Two takes on Markdown knowledge
Logseq is open-source, local-first, and built around an outliner. Every note is a tree of bullets, every bullet is its own block, and links between blocks form a graph you can explore. For thinkers who want to work in fragments, that shape is a feature, not a quirk.
Hjarni is a hosted knowledge base with documents instead of blocks. Notes are full Markdown files, folders give them structure, and AI assistants connect through a built-in MCP server. Less customization, more out-of-the-box AI behavior.
Outliner versus document
Logseq's block-first model is great for daily journaling, idea capture, and PKM-style linking. The tradeoff is that long-form documents (runbooks, briefs, customer interviews) can feel awkward as a stack of bullets, and the format is harder for AI assistants to consume cleanly through anything other than a dedicated integration.

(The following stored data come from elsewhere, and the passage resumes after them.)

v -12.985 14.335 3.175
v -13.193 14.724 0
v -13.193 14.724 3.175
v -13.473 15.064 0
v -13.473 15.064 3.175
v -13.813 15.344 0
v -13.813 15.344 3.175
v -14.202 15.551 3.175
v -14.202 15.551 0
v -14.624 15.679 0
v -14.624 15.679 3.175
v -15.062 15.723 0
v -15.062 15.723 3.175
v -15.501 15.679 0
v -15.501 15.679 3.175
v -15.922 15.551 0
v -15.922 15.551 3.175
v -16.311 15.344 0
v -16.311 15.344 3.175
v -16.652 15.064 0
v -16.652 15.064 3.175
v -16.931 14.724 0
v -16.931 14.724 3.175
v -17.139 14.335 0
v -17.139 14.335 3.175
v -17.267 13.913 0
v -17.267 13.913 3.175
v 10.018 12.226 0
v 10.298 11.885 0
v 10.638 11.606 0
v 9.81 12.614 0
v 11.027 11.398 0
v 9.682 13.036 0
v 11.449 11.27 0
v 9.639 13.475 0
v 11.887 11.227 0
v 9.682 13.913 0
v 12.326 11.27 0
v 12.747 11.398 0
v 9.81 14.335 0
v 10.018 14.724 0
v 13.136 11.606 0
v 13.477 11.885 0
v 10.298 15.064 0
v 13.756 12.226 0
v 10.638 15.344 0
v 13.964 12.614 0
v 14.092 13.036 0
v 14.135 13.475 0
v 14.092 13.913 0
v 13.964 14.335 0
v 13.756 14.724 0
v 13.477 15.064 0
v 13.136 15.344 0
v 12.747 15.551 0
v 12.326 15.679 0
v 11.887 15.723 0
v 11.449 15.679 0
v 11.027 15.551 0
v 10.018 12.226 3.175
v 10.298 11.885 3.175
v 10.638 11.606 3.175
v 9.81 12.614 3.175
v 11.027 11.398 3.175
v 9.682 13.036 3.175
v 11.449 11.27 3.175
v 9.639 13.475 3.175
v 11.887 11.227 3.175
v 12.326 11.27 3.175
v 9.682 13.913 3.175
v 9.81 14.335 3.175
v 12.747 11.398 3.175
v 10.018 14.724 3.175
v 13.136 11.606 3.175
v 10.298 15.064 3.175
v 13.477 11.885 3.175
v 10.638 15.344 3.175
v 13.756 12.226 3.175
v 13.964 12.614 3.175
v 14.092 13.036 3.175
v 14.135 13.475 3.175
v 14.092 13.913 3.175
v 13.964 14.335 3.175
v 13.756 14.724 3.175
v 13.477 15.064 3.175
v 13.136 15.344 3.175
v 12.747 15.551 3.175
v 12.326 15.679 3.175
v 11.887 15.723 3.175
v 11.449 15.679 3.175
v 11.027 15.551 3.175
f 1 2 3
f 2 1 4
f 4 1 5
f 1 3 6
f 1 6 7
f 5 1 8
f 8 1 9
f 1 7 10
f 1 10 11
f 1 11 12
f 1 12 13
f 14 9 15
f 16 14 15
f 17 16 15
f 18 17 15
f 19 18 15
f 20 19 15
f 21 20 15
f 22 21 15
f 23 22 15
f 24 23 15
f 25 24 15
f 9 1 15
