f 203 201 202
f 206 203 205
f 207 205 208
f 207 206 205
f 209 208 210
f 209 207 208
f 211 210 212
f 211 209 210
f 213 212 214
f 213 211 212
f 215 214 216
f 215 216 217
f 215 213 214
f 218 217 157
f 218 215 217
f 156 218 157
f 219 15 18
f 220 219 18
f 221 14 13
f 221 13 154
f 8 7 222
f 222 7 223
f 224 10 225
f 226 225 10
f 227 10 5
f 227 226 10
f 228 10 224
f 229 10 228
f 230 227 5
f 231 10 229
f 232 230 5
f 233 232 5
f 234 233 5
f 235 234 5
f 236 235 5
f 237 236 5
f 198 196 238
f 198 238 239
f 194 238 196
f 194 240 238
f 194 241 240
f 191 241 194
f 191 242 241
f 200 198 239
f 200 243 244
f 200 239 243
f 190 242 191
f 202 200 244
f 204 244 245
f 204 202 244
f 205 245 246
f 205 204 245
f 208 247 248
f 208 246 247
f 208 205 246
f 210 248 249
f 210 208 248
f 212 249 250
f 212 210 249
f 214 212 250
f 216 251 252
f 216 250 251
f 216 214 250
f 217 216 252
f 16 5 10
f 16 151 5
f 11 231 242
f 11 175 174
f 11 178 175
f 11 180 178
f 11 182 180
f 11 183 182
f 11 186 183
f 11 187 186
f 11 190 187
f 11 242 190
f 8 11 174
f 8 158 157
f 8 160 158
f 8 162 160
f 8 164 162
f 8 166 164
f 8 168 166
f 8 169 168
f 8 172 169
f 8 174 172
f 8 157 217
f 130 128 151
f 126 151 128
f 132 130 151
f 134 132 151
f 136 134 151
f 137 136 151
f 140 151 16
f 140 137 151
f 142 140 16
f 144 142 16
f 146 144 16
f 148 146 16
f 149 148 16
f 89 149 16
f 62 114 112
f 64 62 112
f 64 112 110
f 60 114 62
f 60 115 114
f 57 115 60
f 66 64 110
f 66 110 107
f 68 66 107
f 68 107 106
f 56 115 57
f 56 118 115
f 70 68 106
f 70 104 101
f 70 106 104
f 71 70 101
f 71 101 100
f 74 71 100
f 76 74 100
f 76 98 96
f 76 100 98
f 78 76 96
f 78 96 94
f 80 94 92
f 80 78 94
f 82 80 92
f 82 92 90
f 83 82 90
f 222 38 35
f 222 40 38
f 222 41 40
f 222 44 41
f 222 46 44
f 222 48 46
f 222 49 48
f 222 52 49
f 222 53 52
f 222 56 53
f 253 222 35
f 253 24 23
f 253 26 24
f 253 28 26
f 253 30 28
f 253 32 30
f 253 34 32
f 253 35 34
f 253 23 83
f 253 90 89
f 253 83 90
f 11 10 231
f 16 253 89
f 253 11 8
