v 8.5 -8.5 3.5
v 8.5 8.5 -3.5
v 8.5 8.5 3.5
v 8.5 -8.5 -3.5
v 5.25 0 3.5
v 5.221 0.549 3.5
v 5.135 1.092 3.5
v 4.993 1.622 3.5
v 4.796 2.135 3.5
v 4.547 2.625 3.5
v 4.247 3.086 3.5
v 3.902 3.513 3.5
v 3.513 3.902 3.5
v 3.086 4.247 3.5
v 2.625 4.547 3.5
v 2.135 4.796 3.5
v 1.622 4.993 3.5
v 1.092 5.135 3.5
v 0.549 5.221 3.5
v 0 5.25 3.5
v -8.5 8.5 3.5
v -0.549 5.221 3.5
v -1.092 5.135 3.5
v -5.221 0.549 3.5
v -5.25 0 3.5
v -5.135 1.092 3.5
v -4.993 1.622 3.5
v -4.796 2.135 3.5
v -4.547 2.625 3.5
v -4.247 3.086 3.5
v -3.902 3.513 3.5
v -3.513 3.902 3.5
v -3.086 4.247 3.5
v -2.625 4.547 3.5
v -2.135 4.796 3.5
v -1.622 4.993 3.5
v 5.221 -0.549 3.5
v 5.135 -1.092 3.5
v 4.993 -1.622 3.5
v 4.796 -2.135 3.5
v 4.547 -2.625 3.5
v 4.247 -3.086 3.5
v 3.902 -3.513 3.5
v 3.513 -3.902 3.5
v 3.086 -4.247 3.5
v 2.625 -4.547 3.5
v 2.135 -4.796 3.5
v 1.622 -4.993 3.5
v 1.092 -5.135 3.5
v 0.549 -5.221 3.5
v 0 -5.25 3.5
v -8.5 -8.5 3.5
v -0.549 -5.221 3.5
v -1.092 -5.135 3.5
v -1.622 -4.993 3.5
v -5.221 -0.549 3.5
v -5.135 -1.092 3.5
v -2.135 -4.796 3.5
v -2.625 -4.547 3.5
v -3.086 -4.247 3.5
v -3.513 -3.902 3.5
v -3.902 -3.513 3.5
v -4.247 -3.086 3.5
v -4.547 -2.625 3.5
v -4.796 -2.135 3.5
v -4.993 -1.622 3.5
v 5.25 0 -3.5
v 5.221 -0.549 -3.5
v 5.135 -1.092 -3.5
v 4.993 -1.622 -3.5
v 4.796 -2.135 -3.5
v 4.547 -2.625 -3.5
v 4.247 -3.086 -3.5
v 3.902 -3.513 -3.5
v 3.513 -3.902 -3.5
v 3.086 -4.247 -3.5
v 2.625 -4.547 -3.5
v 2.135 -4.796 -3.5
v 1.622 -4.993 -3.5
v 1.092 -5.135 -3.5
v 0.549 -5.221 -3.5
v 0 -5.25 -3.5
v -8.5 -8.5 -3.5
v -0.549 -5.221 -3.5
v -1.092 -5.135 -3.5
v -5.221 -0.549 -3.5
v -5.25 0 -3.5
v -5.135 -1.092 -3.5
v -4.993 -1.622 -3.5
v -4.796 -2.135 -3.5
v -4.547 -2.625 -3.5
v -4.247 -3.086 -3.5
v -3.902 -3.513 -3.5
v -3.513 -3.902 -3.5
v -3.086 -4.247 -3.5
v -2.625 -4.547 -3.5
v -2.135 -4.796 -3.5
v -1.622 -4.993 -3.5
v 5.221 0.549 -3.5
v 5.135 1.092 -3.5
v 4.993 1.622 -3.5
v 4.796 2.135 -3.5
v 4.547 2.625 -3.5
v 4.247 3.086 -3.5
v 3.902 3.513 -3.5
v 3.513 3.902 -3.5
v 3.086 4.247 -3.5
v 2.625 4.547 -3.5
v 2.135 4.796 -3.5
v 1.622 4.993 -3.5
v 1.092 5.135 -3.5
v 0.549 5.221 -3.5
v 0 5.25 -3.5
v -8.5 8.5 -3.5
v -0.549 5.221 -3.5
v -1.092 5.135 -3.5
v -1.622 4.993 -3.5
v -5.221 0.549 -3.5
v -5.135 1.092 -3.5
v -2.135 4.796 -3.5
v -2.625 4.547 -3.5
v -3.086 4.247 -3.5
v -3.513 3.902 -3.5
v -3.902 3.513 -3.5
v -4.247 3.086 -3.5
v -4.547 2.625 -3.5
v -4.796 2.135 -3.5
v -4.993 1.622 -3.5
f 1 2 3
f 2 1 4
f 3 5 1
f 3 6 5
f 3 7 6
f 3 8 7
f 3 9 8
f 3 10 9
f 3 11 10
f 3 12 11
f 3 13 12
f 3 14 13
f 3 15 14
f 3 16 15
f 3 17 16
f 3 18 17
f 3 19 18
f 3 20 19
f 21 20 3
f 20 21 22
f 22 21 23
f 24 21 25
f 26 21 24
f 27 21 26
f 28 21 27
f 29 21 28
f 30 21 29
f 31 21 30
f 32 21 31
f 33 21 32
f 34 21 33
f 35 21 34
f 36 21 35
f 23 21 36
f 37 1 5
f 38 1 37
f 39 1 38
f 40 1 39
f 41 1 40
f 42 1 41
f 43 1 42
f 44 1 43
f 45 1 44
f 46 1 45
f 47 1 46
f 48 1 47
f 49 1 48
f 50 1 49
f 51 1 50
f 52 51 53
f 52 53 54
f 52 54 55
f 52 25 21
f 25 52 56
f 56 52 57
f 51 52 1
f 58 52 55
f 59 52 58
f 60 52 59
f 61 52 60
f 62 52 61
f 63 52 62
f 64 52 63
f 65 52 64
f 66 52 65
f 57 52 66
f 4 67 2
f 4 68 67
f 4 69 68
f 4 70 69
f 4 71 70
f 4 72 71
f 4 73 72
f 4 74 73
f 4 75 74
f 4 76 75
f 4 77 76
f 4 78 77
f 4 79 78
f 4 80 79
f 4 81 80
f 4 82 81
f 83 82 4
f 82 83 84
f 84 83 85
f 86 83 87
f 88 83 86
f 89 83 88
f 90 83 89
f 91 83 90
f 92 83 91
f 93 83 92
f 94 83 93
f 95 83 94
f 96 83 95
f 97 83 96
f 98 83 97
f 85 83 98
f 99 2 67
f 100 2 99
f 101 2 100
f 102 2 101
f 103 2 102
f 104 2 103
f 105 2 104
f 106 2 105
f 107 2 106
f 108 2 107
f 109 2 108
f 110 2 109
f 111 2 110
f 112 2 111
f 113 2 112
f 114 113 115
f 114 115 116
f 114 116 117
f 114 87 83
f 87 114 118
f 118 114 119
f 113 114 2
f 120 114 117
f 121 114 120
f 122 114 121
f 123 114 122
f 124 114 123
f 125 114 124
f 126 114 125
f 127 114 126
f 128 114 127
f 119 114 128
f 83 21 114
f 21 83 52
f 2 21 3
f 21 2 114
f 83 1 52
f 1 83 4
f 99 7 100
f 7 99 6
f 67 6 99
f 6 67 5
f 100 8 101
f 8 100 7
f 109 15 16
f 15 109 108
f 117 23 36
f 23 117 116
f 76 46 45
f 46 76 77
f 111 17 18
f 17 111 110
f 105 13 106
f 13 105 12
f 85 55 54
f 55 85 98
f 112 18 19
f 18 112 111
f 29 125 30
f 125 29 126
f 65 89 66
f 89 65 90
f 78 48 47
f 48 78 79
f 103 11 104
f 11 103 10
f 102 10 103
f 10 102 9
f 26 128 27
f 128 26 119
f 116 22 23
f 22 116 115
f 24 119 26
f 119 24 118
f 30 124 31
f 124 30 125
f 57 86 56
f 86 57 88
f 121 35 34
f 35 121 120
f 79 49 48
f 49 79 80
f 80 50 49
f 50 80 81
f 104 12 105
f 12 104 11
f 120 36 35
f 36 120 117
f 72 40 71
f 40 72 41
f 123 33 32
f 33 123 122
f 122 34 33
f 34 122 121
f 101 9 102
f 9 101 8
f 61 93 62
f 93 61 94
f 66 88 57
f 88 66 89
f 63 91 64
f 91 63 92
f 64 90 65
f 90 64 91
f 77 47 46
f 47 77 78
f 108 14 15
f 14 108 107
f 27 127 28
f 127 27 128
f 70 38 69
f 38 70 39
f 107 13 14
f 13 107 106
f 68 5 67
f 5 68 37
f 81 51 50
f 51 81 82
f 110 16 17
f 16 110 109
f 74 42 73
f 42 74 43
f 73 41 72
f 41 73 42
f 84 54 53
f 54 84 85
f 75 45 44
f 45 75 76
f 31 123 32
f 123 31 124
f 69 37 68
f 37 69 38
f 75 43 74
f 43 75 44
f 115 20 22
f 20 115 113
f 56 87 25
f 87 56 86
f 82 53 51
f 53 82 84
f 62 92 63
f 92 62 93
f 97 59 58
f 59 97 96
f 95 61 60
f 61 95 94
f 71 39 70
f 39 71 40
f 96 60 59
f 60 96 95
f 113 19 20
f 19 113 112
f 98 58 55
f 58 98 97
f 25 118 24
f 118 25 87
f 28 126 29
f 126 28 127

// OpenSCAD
// Square nut.
$fn = 60;
eps = 0.02;
thread_d = 10.5;
side = 17;
thickness = 7;
difference() {
    cube([side, side, thickness], center = true);
    translate([0, 0, -thickness / 2 - eps]) cylinder(d = thread_d, h = thickness + 2 * eps);
}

Hjarni keeps notes as plain documents that AI can read end to end. That matters when you ask Claude or ChatGPT to summarize a project history or pull patterns from a folder of interview notes.
Pick Logseq if you want to own every block. Pick Hjarni if you want your AI to read everything you've written.
A concrete workflow difference
You've been keeping research notes for three months. In Logseq, you open the graph, follow backlinks, and synthesize manually with the outliner's help. The structure is yours to assemble.
In Hjarni, you point Claude at the research folder, set folder-level instructions like "cite specific notes and quote where possible", and ask for a synthesis. Claude reads the notes through MCP, drafts a summary, and writes it back as a new note in the same folder.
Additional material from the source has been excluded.